Permutation Combination Question 3
Question 3 - 2024 (27 Jan Shift 2)
Let $\alpha=\frac{(4 !) !}{(4 !)^{3 !}}$ and $\beta=\frac{(5 !) !}{(5 !)^{4 !}}$. Then :
(1) $\alpha \in N$ and $\beta \notin N$
(2) $\alpha \notin N$ and $\beta \in N$
(3) $\alpha \in N$ and $\beta \in N$
(4) $\alpha \notin N$ and $\beta \notin N$
Show Answer
Answer (3)
Solution
$\alpha=\frac{(4 !) !}{(4 !)^{3 !}}, \beta=\frac{(5 !) !}{(5 !)^{4 !}}$
$\alpha=\frac{(24) !}{(4 !)^{6}}, \beta=\frac{(120) !}{(5 !)^{24}}$
Let 24 distinct objects are divided into 6 groups of 4 objects in each group.

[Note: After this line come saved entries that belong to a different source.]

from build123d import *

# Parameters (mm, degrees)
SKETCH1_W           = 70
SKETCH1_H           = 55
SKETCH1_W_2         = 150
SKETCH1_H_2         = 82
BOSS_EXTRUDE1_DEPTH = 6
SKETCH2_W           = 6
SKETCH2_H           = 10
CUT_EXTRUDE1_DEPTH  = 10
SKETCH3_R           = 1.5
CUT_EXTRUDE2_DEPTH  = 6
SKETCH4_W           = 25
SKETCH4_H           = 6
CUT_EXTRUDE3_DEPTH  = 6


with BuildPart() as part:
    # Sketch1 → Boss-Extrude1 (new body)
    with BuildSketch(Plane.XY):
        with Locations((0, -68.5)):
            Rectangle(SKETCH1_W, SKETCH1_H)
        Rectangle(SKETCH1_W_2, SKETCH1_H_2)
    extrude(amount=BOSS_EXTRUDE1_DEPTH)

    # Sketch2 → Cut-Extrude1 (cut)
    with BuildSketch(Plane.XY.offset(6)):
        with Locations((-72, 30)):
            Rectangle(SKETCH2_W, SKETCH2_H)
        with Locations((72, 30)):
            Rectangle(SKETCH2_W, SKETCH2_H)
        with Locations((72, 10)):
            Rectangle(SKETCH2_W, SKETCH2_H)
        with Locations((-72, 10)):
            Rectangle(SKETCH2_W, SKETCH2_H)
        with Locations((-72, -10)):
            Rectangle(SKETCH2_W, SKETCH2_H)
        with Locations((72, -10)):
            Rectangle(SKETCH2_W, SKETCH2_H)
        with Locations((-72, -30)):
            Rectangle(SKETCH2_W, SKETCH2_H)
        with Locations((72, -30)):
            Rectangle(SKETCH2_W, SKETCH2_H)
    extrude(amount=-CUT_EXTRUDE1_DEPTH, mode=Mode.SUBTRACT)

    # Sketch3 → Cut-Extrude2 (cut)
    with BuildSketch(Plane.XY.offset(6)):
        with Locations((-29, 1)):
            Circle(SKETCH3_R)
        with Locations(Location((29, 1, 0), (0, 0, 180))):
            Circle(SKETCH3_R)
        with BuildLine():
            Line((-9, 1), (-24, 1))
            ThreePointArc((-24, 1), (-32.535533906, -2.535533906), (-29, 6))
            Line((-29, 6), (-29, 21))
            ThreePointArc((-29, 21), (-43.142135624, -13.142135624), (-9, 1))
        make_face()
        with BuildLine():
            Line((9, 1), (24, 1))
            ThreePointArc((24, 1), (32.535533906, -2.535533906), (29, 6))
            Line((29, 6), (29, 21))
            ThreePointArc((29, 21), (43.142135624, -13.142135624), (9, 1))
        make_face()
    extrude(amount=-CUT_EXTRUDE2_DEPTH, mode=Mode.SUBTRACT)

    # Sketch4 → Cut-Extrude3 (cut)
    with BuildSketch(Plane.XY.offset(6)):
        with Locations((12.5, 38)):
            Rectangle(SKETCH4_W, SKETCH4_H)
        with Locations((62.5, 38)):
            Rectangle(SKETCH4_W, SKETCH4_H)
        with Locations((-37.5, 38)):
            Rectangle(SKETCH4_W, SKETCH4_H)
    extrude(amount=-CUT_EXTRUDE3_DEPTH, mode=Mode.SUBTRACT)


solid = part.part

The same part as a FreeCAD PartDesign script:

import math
import FreeCAD as App
import Part
import Sketcher
from FreeCAD import Vector


def add_polygon(sketch, points):
    """Adds a closed chain of lines whose ends are joined by coincident constraints."""
    first, n = sketch.GeometryCount, len(points)
    for a, b in zip(points, points[1:] + points[:1]):
        sketch.addGeometry(Part.LineSegment(App.Vector(*a, 0), App.Vector(*b, 0)), False)
    for i in range(n):
        sketch.addConstraint(Sketcher.Constraint("Coincident", first + i, 2, first + (i + 1) % n, 1))

doc = App.newDocument("Part")
body = doc.addObject("PartDesign::Body", "Body")

# Sketch on XY plane
sketch1 = body.newObject("Sketcher::SketchObject", "Sketch")
sketch1.AttachmentSupport = (doc.getObject("XY_Plane"), [""])
sketch1.MapMode = "FlatFace"
add_polygon(sketch1, [(-35, -41), (-35, -96), (35, -96), (35, -41), (75, -41), (75, 41), (-75, 41), (-75, -41)])  # lines 0-7
sketch1.addConstraint(Sketcher.Constraint("Vertical", 0))
sketch1.addConstraint(Sketcher.Constraint("Horizontal", 1))
sketch1.addConstraint(Sketcher.Constraint("Vertical", 2))
sketch1.addConstraint(Sketcher.Constraint("Horizontal", 3))
sketch1.addConstraint(Sketcher.Constraint("Vertical", 4))
sketch1.addConstraint(Sketcher.Constraint("Horizontal", 5))
sketch1.addConstraint(Sketcher.Constraint("Vertical", 6))
sketch1.addConstraint(Sketcher.Constraint("Horizontal", 7))
sketch1.addConstraint(Sketcher.Constraint("Symmetric", 3, 2, 5, 2, -1, 1))
sketch1.addConstraint(Sketcher.Constraint("Symmetric", 2, 2, 7, 2, -2))
sketch1.addConstraint(Sketcher.Constraint("DistanceX", 1, 1, 1, 2, 70.0))
sketch1.addConstraint(Sketcher.Constraint("DistanceX", 3, 1, 3, 2, 40.0))
sketch1.addConstraint(Sketcher.Constraint("DistanceY", 0, 2, 0, 1, 55.0))
sketch1.addConstraint(Sketcher.Constraint("DistanceY", 4, 1, 4, 2, 82.0))
pad1 = body.newObject("PartDesign::Pad", "Pad")
pad1.Profile = sketch1
pad1.Length = 6

# Sketch on XY plane
sketch2 = body.newObject("Sketcher::SketchObject", "Sketch001")
sketch2.AttachmentSupport = (doc.getObject("XY_Plane"), [""])
sketch2.MapMode = "FlatFace"
sketch2.AttachmentOffset = App.Placement(Vector(0, 0, 6), App.Rotation())
add_polygon(sketch2, [(-75, 35), (-75, 25), (-69, 25), (-69, 35)])  # lines 0-3
add_polygon(sketch2, [(69, 35), (69, 25), (75, 25), (75, 35)])  # lines 4-7
add_polygon(sketch2, [(69, 15), (69, 5), (75, 5), (75, 15)])  # lines 8-11
add_polygon(sketch2, [(-75, 15), (-75, 5), (-69, 5), (-69, 15)])  # lines 12-15
add_polygon(sketch2, [(-75, -5), (-75, -15), (-69, -15), (-69, -5)])  # lines 16-19
add_polygon(sketch2, [(69, -5), (69, -15), (75, -15), (75, -5)])  # lines 20-23
add_polygon(sketch2, [(-75, -25), (-75, -35), (-69, -35), (-69, -25)])  # lines 24-27
add_polygon(sketch2, [(69, -25), (69, -35), (75, -35), (75, -25)])  # lines 28-31
sketch2.addConstraint(Sketcher.Constraint("Vertical", 0))
sketch2.addConstraint(Sketcher.Constraint("Horizontal", 1))
sketch2.addConstraint(Sketcher.Constraint("Vertical", 2))
sketch2.addConstraint(Sketcher.Constraint("Horizontal", 3))
sketch2.addConstraint(Sketcher.Constraint("Vertical", 4))
sketch2.addConstraint(Sketcher.Constraint("Horizontal", 5))
sketch2.addConstraint(Sketcher.Constraint("Vertical", 6))
sketch2.addConstraint(Sketcher.Constraint("Horizontal", 7))
sketch2.addConstraint(Sketcher.Constraint("Vertical", 8))
sketch2.addConstraint(Sketcher.Constraint("Horizontal", 9))
sketch2.addConstraint(Sketcher.Constraint("Vertical", 10))
sketch2.addConstraint(Sketcher.Constraint("Horizontal", 11))
sketch2.addConstraint(Sketcher.Constraint("Vertical", 12))
sketch2.addConstraint(Sketcher.Constraint("Horizontal", 13))
sketch2.addConstraint(Sketcher.Constraint("Vertical", 14))
sketch2.addConstraint(Sketcher.Constraint("Horizontal", 15))
sketch2.addConstraint(Sketcher.Constraint("Vertical", 16))
sketch2.addConstraint(Sketcher.Constraint("Horizontal", 17))
sketch2.addConstraint(Sketcher.Constraint("Vertical", 18))
sketch2.addConstraint(Sketcher.Constraint("Horizontal", 19))
sketch2.addConstraint(Sketcher.Constraint("Vertical", 20))
sketch2.addConstraint(Sketcher.Constraint("Horizontal", 21))
sketch2.addConstraint(Sketcher.Constraint("Vertical", 22))
sketch2.addConstraint(Sketcher.Constraint("Horizontal", 23))
sketch2.addConstraint(Sketcher.Constraint("Vertical", 24))
sketch2.addConstraint(Sketcher.Constraint("Horizontal", 25))
sketch2.addConstraint(Sketcher.Constraint("Vertical", 26))
sketch2.addConstraint(Sketcher.Constraint("Horizontal", 27))
sketch2.addConstraint(Sketcher.Constraint("Vertical", 28))
sketch2.addConstraint(Sketcher.Constraint("Horizontal", 29))
sketch2.addConstraint(Sketcher.Constraint("Vertical", 30))
sketch2.addConstraint(Sketcher.Constraint("Horizontal", 31))
sketch2.addConstraint(Sketcher.Constraint("Symmetric", 10, 2, 16, 2, -1, 1))
sketch2.addConstraint(Sketcher.Constraint("Symmetric", 8, 2, 18, 2, -1, 1))
sketch2.addConstraint(Sketcher.Constraint("Symmetric", 14, 2, 20, 2, -1, 1))
sketch2.addConstraint(Sketcher.Constraint("Symmetric", 12, 2, 22, 2, -1, 1))
sketch2.addConstraint(Sketcher.Constraint("Symmetric", 6, 2, 24, 2, -1, 1))
sketch2.addConstraint(Sketcher.Constraint("Symmetric", 4, 2, 26, 2, -1, 1))
sketch2.addConstraint(Sketcher.Constraint("Symmetric", 2, 2, 28, 2, -1, 1))
sketch2.addConstraint(Sketcher.Constraint("Symmetric", 0, 2, 30, 2, -1, 1))
sketch2.addConstraint(Sketcher.Constraint("Symmetric", 1, 2, 4, 2, -2))
sketch2.addConstraint(Sketcher.Constraint("Symmetric", 3, 2, 6, 2, -2))
sketch2.addConstraint(Sketcher.Constraint("Symmetric", 9, 2, 12, 2, -2))
sketch2.addConstraint(Sketcher.Constraint("Symmetric", 11, 2, 14, 2, -2))
sketch2.addConstraint(Sketcher.Constraint("Vertical", 7, 2, 8, 2))
sketch2.addConstraint(Sketcher.Constraint("Vertical", 6, 2, 9, 2))
sketch2.addConstraint(Sketcher.Constraint("Equal", 6, 8))
sketch2.addConstraint(Sketcher.Constraint("DistanceX", 1, 1, 1, 2, 6.0))
sketch2.addConstraint(Sketcher.Constraint("DistanceY", 0, 2, 0, 1, 10.0))
sketch2.addConstraint(Sketcher.Constraint("DistanceX", 0, 2, -1, 1, 75.0))
sketch2.addConstraint(Sketcher.Constraint("DistanceY", -1, 1, 0, 2, 25.0))
sketch2.addConstraint(Sketcher.Constraint("DistanceY", -1, 1, 8, 2, 5.0))
pocket1 = body.newObject("PartDesign::Pocket", "Pocket")
pocket1.Profile = sketch2
pocket1.Length = 10

# Sketch on XY plane
sketch3 = body.newObject("Sketcher::SketchObject", "Sketch002")
sketch3.AttachmentSupport = (doc.getObject("XY_Plane"), [""])
sketch3.MapMode = "FlatFace"
sketch3.AttachmentOffset = App.Placement(Vector(0, 0, 6), App.Rotation())
sketch3.addGeometry(Part.Circle(Vector(-29, 1, 0), Vector(0, 0, 1), 1.5), False)
sketch3.addGeometry(Part.Circle(Vector(29, 1, 0), Vector(0, 0, 1), 1.5), False)
sketch3.addGeometry(Part.LineSegment(Vector(-9, 1, 0), Vector(-24, 1, 0)), False)
sketch3.addGeometry(Part.ArcOfCircle(Part.Circle(Vector(-29, 1, 0), Vector(0, 0, 1), 5), math.radians(90), math.radians(360)), False)
sketch3.addGeometry(Part.LineSegment(Vector(-29, 6, 0), Vector(-29, 21, 0)), False)
sketch3.addGeometry(Part.ArcOfCircle(Part.Circle(Vector(-29, 1, 0), Vector(0, 0, 1), 20), math.radians(90), math.radians(360)), False)
sketch3.addGeometry(Part.LineSegment(Vector(24, 1, 0), Vector(9, 1, 0)), False)
sketch3.addGeometry(Part.ArcOfCircle(Part.Circle(Vector(29, 1, 0), Vector(0, 0, 1), 20), math.radians(180), math.radians(450)), False)
sketch3.addGeometry(Part.LineSegment(Vector(29, 21, 0), Vector(29, 6, 0)), False)
sketch3.addGeometry(Part.ArcOfCircle(Part.Circle(Vector(29, 1, 0), Vector(0, 0, 1), 5), math.radians(180), math.radians(450)), False)
sketch3.addConstraint(Sketcher.Constraint("Coincident", 2, 2, 3, 2))
sketch3.addConstraint(Sketcher.Constraint("Coincident", 3, 1, 4, 1))
sketch3.addConstraint(Sketcher.Constraint("Coincident", 4, 2, 5, 1))
sketch3.addConstraint(Sketcher.Constraint("Coincident", 5, 2, 2, 1))
sketch3.addConstraint(Sketcher.Constraint("Coincident", 6, 2, 7, 1))
sketch3.addConstraint(Sketcher.Constraint("Coincident", 7, 2, 8, 1))
sketch3.addConstraint(Sketcher.Constraint("Coincident", 8, 2, 9, 2))
sketch3.addConstraint(Sketcher.Constraint("Coincident", 9, 1, 6, 1))
sketch3.addConstraint(Sketcher.Constraint("Horizontal", 2))
sketch3.addConstraint(Sketcher.Constraint("Vertical", 4))
sketch3.addConstraint(Sketcher.Constraint("Horizontal", 6))
sketch3.addConstraint(Sketcher.Constraint("Vertical", 8))
sketch3.addConstraint(Sketcher.Constraint("Coincident", 3, 3, 0, 3))
sketch3.addConstraint(Sketcher.Constraint("Coincident", 5, 3, 0, 3))
sketch3.addConstraint(Sketcher.Constraint("Coincident", 7, 3, 1, 3))
sketch3.addConstraint(Sketcher.Constraint("Coincident", 9, 3, 1, 3))
sketch3.addConstraint(Sketcher.Constraint("Equal", 0, 1))
sketch3.addConstraint(Sketcher.Constraint("Equal", 5, 7))
sketch3.addConstraint(Sketcher.Constraint("Equal", 3, 9))
sketch3.addConstraint(Sketcher.Constraint("Symmetric", 0, 3, 1, 3, -2))
sketch3.addConstraint(Sketcher.Constraint("Horizontal", 9, 3, 2, 2))
sketch3.addConstraint(Sketcher.Constraint("Horizontal", 5, 2, 6, 2))
sketch3.addConstraint(Sketcher.Constraint("Vertical", 5, 3, 3, 1))
sketch3.addConstraint(Sketcher.Constraint("Vertical", 9, 3, 7, 2))
sketch3.addConstraint(Sketcher.Constraint("Diameter", 0, 3.0))
sketch3.addConstraint(Sketcher.Constraint("Radius", 3, 5.0))
sketch3.addConstraint(Sketcher.Constraint("Radius", 5, 20.0))
sketch3.addConstraint(Sketcher.Constraint("DistanceX", 0, 3, -1, 1, 29.0))
sketch3.addConstraint(Sketcher.Constraint("DistanceY", -1, 1, 0, 3, 1.0))
pocket2 = body.newObject("PartDesign::Pocket", "Pocket001")
pocket2.Profile = sketch3
pocket2.Length = 6

# Sketch on XY plane
sketch4 = body.newObject("Sketcher::SketchObject", "Sketch003")
sketch4.AttachmentSupport = (doc.getObject("XY_Plane"), [""])
sketch4.MapMode = "FlatFace"
sketch4.AttachmentOffset = App.Placement(Vector(0, 0, 6), App.Rotation())
add_polygon(sketch4, [(0, 41), (0, 35), (25, 35), (25, 41)])  # lines 0-3
add_polygon(sketch4, [(50, 41), (50, 35), (75, 35), (75, 41)])  # lines 4-7
add_polygon(sketch4, [(-50, 41), (-50, 35), (-25, 35), (-25, 41)])  # lines 8-11
sketch4.addConstraint(Sketcher.Constraint("Vertical", 0))
sketch4.addConstraint(Sketcher.Constraint("Horizontal", 1))
sketch4.addConstraint(Sketcher.Constraint("Vertical", 2))
sketch4.addConstraint(Sketcher.Constraint("Horizontal", 3))
sketch4.addConstraint(Sketcher.Constraint("Vertical", 4))
sketch4.addConstraint(Sketcher.Constraint("Horizontal", 5))
sketch4.addConstraint(Sketcher.Constraint("Vertical", 6))
sketch4.addConstraint(Sketcher.Constraint("Horizontal", 7))
sketch4.addConstraint(Sketcher.Constraint("Vertical", 8))
sketch4.addConstraint(Sketcher.Constraint("Horizontal", 9))
sketch4.addConstraint(Sketcher.Constraint("Vertical", 10))
sketch4.addConstraint(Sketcher.Constraint("Horizontal", 11))
sketch4.addConstraint(Sketcher.Constraint("Symmetric", 4, 2, 8, 2, -2))
sketch4.addConstraint(Sketcher.Constraint("Symmetric", 1, 2, 9, 2, -2))
sketch4.addConstraint(Sketcher.Constraint("PointOnObject", 0, 2, -2))
sketch4.addConstraint(Sketcher.Constraint("Horizontal", 3, 2, 6, 2))
sketch4.addConstraint(Sketcher.Constraint("Horizontal", 7, 2, 10, 2))
sketch4.addConstraint(Sketcher.Constraint("Equal", 3, 5))
sketch4.addConstraint(Sketcher.Constraint("Equal", 7, 9))
sketch4.addConstraint(Sketcher.Constraint("DistanceX", 1, 1, 1, 2, 25.0))
sketch4.addConstraint(Sketcher.Constraint("DistanceY", 0, 2, 0, 1, 6.0))
sketch4.addConstraint(Sketcher.Constraint("DistanceY", -1, 1, 0, 2, 35.0))
pocket3 = body.newObject("PartDesign::Pocket", "Pocket002")
pocket3.Profile = sketch4
pocket3.Length = 6

doc.recompute()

No. of ways of formation of group $=\frac{24 !}{(4 !)^{6} .6 !} \in N$
Similarly,
Let 120 distinct objects are divided into 24 groups of 5 objects in each group.
No. of ways of formation of groups
$=\frac{(120) !}{(5 !)^{24} .24 !} \in N$